My dotstuff script can do most of that, with a little bit of work. With the
current features, you'd put all your bashrc content into a single
~/dotstuff/bashrc file, marked off with preprocessor directives that turned on
and off certain sections depending on the content of the "environment" (a
simple key-value file).

Adding the ability to query the version of installed software would be easy to
add. Adding the ability to concatenate multiple files would be fairly easy
too.

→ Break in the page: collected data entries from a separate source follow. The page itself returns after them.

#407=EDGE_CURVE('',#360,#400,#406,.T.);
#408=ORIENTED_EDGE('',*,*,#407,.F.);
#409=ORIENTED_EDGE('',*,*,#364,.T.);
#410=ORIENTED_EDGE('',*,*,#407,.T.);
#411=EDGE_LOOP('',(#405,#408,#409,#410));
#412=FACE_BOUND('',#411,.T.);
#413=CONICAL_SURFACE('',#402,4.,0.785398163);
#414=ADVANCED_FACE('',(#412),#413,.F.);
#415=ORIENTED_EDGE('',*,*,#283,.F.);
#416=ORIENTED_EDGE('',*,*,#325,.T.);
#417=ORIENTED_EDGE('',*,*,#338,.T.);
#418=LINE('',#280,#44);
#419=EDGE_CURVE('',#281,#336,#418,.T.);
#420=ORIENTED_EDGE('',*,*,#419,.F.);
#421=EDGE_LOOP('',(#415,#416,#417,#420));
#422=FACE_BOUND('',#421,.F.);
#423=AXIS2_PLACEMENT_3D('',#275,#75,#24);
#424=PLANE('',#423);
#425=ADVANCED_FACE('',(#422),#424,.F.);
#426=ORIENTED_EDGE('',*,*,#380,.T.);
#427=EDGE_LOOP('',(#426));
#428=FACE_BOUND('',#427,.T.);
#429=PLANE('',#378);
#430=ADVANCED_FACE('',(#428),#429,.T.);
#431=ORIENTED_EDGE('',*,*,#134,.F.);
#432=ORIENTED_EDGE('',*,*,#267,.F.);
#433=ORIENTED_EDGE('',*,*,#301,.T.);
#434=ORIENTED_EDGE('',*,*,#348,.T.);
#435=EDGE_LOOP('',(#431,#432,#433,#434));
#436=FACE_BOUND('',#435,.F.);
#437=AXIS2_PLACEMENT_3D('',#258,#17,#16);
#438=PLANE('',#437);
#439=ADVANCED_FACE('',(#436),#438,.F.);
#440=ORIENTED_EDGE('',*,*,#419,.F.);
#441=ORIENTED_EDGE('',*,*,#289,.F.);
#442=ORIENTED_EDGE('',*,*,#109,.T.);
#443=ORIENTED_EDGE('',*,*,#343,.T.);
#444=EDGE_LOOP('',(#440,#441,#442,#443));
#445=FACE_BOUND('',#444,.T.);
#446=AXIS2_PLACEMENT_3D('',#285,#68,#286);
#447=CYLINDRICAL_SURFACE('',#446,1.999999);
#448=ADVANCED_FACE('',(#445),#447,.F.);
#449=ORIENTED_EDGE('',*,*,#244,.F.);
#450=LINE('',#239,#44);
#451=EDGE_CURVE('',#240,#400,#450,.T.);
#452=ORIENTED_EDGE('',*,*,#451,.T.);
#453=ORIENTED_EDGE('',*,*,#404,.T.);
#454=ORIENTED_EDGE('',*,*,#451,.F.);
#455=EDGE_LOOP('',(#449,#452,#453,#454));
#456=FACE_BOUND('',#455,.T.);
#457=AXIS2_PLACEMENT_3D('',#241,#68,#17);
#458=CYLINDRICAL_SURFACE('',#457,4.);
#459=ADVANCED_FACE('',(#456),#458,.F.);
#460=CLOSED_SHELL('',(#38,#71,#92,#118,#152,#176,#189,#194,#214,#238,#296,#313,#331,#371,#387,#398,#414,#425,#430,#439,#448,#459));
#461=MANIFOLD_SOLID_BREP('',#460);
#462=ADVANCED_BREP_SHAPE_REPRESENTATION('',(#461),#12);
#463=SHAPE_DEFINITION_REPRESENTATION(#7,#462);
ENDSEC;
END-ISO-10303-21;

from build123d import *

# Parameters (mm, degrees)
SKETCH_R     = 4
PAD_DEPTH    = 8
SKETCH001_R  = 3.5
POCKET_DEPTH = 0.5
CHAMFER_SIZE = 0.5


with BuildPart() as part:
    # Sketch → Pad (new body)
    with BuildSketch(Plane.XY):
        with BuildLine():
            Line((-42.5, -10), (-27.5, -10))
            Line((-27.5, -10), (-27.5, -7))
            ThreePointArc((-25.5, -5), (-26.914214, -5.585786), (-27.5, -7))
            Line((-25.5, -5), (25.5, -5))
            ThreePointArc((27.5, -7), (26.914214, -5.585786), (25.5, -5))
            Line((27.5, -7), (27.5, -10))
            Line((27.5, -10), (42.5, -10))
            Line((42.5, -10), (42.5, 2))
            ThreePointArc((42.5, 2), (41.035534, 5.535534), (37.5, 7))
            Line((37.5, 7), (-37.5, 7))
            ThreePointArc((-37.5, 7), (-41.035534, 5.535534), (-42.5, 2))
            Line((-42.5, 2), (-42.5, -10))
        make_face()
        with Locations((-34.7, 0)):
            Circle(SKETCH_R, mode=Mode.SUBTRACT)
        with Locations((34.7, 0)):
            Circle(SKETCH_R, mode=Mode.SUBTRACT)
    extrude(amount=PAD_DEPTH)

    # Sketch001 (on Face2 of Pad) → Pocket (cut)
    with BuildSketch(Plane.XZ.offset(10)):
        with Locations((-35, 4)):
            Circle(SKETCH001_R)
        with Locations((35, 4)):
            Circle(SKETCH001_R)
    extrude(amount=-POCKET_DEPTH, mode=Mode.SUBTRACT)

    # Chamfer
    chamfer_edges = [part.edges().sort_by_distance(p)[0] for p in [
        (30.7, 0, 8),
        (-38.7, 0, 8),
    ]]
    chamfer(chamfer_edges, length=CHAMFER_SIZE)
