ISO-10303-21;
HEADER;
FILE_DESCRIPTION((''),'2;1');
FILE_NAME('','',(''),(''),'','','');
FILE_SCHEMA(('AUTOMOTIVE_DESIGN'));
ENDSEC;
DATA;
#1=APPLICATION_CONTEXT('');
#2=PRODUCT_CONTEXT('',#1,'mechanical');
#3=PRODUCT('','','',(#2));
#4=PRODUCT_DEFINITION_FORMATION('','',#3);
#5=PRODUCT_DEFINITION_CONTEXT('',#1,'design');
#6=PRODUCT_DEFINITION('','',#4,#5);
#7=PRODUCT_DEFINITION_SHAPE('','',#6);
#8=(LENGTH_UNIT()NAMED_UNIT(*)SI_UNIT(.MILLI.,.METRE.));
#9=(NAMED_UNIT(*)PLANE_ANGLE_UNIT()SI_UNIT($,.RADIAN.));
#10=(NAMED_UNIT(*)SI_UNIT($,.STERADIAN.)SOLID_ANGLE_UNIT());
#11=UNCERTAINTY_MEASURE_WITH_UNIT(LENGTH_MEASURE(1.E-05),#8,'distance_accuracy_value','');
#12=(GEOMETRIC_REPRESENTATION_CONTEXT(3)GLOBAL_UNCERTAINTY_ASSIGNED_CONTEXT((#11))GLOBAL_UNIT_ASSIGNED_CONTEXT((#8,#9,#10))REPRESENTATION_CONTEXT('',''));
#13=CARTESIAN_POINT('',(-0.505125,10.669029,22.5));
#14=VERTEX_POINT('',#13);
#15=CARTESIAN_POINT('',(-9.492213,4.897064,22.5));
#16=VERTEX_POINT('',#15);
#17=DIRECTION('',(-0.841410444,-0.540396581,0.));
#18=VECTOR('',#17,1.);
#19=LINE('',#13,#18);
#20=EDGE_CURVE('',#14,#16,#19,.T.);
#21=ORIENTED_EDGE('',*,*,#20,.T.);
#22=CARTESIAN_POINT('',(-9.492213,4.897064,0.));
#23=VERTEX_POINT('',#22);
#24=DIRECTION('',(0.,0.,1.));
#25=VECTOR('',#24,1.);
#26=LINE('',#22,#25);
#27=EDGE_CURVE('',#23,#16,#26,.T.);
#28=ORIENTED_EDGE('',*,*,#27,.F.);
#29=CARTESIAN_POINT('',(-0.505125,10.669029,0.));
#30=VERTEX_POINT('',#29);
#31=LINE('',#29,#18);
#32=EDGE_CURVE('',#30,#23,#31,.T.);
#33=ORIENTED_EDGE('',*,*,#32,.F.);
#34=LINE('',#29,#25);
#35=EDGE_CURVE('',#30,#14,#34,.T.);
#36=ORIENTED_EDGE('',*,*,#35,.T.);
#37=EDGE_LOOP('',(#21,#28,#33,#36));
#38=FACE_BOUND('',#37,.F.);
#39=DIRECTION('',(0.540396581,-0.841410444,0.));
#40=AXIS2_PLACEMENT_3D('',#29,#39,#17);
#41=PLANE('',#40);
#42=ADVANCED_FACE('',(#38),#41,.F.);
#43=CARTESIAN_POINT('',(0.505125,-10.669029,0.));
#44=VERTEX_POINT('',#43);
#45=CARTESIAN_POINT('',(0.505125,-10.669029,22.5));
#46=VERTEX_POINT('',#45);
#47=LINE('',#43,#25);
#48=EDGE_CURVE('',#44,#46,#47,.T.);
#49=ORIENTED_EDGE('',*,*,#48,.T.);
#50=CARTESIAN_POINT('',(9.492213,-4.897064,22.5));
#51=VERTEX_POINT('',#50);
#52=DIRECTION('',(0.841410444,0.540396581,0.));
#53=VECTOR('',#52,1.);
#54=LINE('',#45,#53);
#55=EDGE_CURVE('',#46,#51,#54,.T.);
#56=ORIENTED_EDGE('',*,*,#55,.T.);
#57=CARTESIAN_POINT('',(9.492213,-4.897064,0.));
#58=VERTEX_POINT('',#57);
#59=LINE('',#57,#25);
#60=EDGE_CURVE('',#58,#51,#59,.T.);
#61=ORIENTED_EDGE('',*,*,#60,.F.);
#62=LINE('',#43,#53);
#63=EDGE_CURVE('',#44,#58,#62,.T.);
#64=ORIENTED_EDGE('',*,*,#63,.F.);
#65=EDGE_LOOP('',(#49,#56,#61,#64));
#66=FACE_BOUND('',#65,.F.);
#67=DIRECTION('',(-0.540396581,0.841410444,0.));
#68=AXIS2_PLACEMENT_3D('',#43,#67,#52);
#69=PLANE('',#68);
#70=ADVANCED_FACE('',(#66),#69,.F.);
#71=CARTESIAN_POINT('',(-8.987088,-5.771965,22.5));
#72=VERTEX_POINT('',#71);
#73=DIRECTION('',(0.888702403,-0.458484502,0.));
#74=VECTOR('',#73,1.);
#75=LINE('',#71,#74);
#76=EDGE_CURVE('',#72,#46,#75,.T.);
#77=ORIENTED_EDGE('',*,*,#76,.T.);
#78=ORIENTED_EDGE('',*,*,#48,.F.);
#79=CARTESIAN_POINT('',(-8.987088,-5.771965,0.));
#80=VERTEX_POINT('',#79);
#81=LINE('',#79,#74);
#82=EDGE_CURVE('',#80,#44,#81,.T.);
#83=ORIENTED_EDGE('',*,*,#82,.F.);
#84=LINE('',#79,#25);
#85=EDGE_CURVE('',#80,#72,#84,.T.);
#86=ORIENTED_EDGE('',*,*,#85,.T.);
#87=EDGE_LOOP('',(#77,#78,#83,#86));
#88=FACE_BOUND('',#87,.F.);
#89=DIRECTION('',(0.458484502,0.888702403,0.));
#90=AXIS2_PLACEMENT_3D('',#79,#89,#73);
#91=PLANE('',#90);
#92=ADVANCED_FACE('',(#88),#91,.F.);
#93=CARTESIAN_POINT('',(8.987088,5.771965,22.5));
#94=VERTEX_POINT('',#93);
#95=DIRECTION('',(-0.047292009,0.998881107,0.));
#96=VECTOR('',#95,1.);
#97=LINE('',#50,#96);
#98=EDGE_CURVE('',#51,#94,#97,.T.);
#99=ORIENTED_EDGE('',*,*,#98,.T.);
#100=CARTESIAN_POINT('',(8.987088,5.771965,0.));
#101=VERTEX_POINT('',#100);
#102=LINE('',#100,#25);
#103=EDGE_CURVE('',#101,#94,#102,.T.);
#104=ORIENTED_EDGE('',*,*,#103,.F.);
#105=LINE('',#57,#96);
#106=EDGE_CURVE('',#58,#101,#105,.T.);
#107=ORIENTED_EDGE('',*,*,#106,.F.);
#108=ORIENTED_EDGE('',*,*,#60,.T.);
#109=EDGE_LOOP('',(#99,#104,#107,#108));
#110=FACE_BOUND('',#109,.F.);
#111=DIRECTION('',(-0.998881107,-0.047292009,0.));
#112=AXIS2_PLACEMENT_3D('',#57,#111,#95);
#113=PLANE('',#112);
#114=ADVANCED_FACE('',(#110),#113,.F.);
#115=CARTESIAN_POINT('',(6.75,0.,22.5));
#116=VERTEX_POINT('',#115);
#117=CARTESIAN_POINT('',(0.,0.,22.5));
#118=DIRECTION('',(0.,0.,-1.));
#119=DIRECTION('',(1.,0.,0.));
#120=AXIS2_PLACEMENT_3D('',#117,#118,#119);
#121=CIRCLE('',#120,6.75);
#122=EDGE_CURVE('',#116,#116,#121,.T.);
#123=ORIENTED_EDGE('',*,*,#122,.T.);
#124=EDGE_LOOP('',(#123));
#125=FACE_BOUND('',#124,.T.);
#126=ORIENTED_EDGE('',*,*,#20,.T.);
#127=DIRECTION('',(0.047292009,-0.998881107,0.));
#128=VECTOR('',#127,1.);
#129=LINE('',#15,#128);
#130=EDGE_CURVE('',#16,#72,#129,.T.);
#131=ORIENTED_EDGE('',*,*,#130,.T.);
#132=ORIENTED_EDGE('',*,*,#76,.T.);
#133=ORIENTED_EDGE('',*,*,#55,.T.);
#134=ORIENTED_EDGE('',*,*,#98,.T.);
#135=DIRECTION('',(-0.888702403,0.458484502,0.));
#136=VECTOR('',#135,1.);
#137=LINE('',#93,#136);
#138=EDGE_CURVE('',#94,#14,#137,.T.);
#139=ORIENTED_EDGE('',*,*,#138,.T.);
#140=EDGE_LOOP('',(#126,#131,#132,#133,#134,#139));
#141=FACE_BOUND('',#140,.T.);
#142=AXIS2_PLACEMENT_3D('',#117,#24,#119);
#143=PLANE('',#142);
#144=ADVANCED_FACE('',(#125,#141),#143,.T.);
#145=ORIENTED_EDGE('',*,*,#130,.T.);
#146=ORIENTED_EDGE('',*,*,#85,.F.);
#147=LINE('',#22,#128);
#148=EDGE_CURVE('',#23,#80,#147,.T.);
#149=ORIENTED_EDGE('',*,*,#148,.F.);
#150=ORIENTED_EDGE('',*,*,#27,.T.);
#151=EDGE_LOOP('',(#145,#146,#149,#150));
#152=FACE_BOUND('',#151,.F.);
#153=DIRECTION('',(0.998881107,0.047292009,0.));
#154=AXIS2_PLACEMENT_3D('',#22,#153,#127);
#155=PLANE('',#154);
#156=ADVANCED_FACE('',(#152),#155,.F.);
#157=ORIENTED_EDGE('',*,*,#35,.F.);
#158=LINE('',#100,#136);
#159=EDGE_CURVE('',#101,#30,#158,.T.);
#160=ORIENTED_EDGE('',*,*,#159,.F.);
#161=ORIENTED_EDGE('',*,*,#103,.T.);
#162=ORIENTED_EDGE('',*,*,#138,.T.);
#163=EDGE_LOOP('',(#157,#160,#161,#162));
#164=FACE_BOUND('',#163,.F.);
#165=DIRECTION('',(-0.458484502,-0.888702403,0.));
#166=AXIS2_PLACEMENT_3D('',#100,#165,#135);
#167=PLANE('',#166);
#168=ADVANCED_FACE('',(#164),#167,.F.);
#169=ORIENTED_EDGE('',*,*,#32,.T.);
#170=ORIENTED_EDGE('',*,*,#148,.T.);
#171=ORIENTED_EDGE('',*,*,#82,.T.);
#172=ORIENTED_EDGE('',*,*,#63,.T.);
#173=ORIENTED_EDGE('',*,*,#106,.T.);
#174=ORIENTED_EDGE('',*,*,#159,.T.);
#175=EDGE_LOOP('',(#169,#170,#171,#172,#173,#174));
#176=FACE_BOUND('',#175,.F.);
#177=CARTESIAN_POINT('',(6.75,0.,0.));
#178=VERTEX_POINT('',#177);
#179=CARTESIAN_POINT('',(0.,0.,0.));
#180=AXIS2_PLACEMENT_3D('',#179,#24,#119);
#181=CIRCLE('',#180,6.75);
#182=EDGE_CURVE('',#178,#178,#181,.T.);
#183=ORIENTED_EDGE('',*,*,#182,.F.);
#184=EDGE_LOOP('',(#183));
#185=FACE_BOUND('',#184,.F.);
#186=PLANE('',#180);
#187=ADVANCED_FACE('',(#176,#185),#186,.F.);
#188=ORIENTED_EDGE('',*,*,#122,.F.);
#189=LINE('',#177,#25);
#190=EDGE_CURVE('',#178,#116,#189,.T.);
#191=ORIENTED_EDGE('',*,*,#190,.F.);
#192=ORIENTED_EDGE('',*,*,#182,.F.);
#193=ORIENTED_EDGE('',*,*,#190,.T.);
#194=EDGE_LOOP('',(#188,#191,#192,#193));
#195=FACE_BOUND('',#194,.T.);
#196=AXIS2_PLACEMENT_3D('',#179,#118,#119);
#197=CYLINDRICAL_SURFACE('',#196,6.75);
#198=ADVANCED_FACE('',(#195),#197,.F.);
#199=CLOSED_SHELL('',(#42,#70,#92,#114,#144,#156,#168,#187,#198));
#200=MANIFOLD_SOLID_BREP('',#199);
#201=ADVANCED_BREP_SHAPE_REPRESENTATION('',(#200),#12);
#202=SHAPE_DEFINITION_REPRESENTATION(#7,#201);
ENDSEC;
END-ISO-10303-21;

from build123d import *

# Parameters (mm, degrees)
F2_DEPTH = 22.5
F3_R     = 6.75
F4_DEPTH = 25


with BuildPart() as f2:
    # F0 (on Top) → F2 (new body)
    with BuildSketch(Plane.XY):
        Polygon((-0.505125, 10.669029), (-9.492213, 4.897064), (-8.987088, -5.771965), (0.505125, -10.669029), (9.492213, -4.897064), (8.987088, 5.771965), align=None)
    extrude(amount=F2_DEPTH)

    # F3 (on face) → F4 (cut)
    with BuildSketch(Plane.XY):
        Circle(F3_R)
    extrude(amount=F4_DEPTH, mode=Mode.SUBTRACT)


solid = f2.part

Although I think an "include" directive might make more sense than run-
parts style, since many dotfiles have hierarchical structure.

It's written in 2.4-compatible Python and I'm happy to accept contributions.

[https://bitbucket.org/davidn/dotstuff](https://bitbucket.org/davidn/dotstuff)

------
platz
also see GitMinutes #13: Richard Hartmann on Managing Your Homedir with vcsh:

[http://episodes.gitminutes.com/2013/06/gitminutes-13-richard...](http://episodes.gitminutes.com/2013/06/gitminutes-13-richard-
hartmann-on.html)

[https://github.com/RichiH/vcsh](https://github.com/RichiH/vcsh)

------
Toenex
I've taken a different approach and store all my dotfiles on Dropbox and then
symlinked them the local system. I get synchronisation between machine almost
instantaneously and can move between around half a dozen boxes Including
Linux, OSX and cygwin with little problem. Dropbox provide some version
control which is useful If I really break something and I have a single script
which can bootstrap a new machine. A few things don't liked to be symlinked
(namely ssh keys) but other than that this had worked great for several years.

------
jhh
I wasn't clear to me from the article alone how GNU Stow decides where to put
the files. Looking it up in the manfile stow uses the parent directory of the
"stow directory" by default.

You can change this behaviour using the --target and --dir options, where
setting --dir will set the target dir to the parent of what you set for --dir.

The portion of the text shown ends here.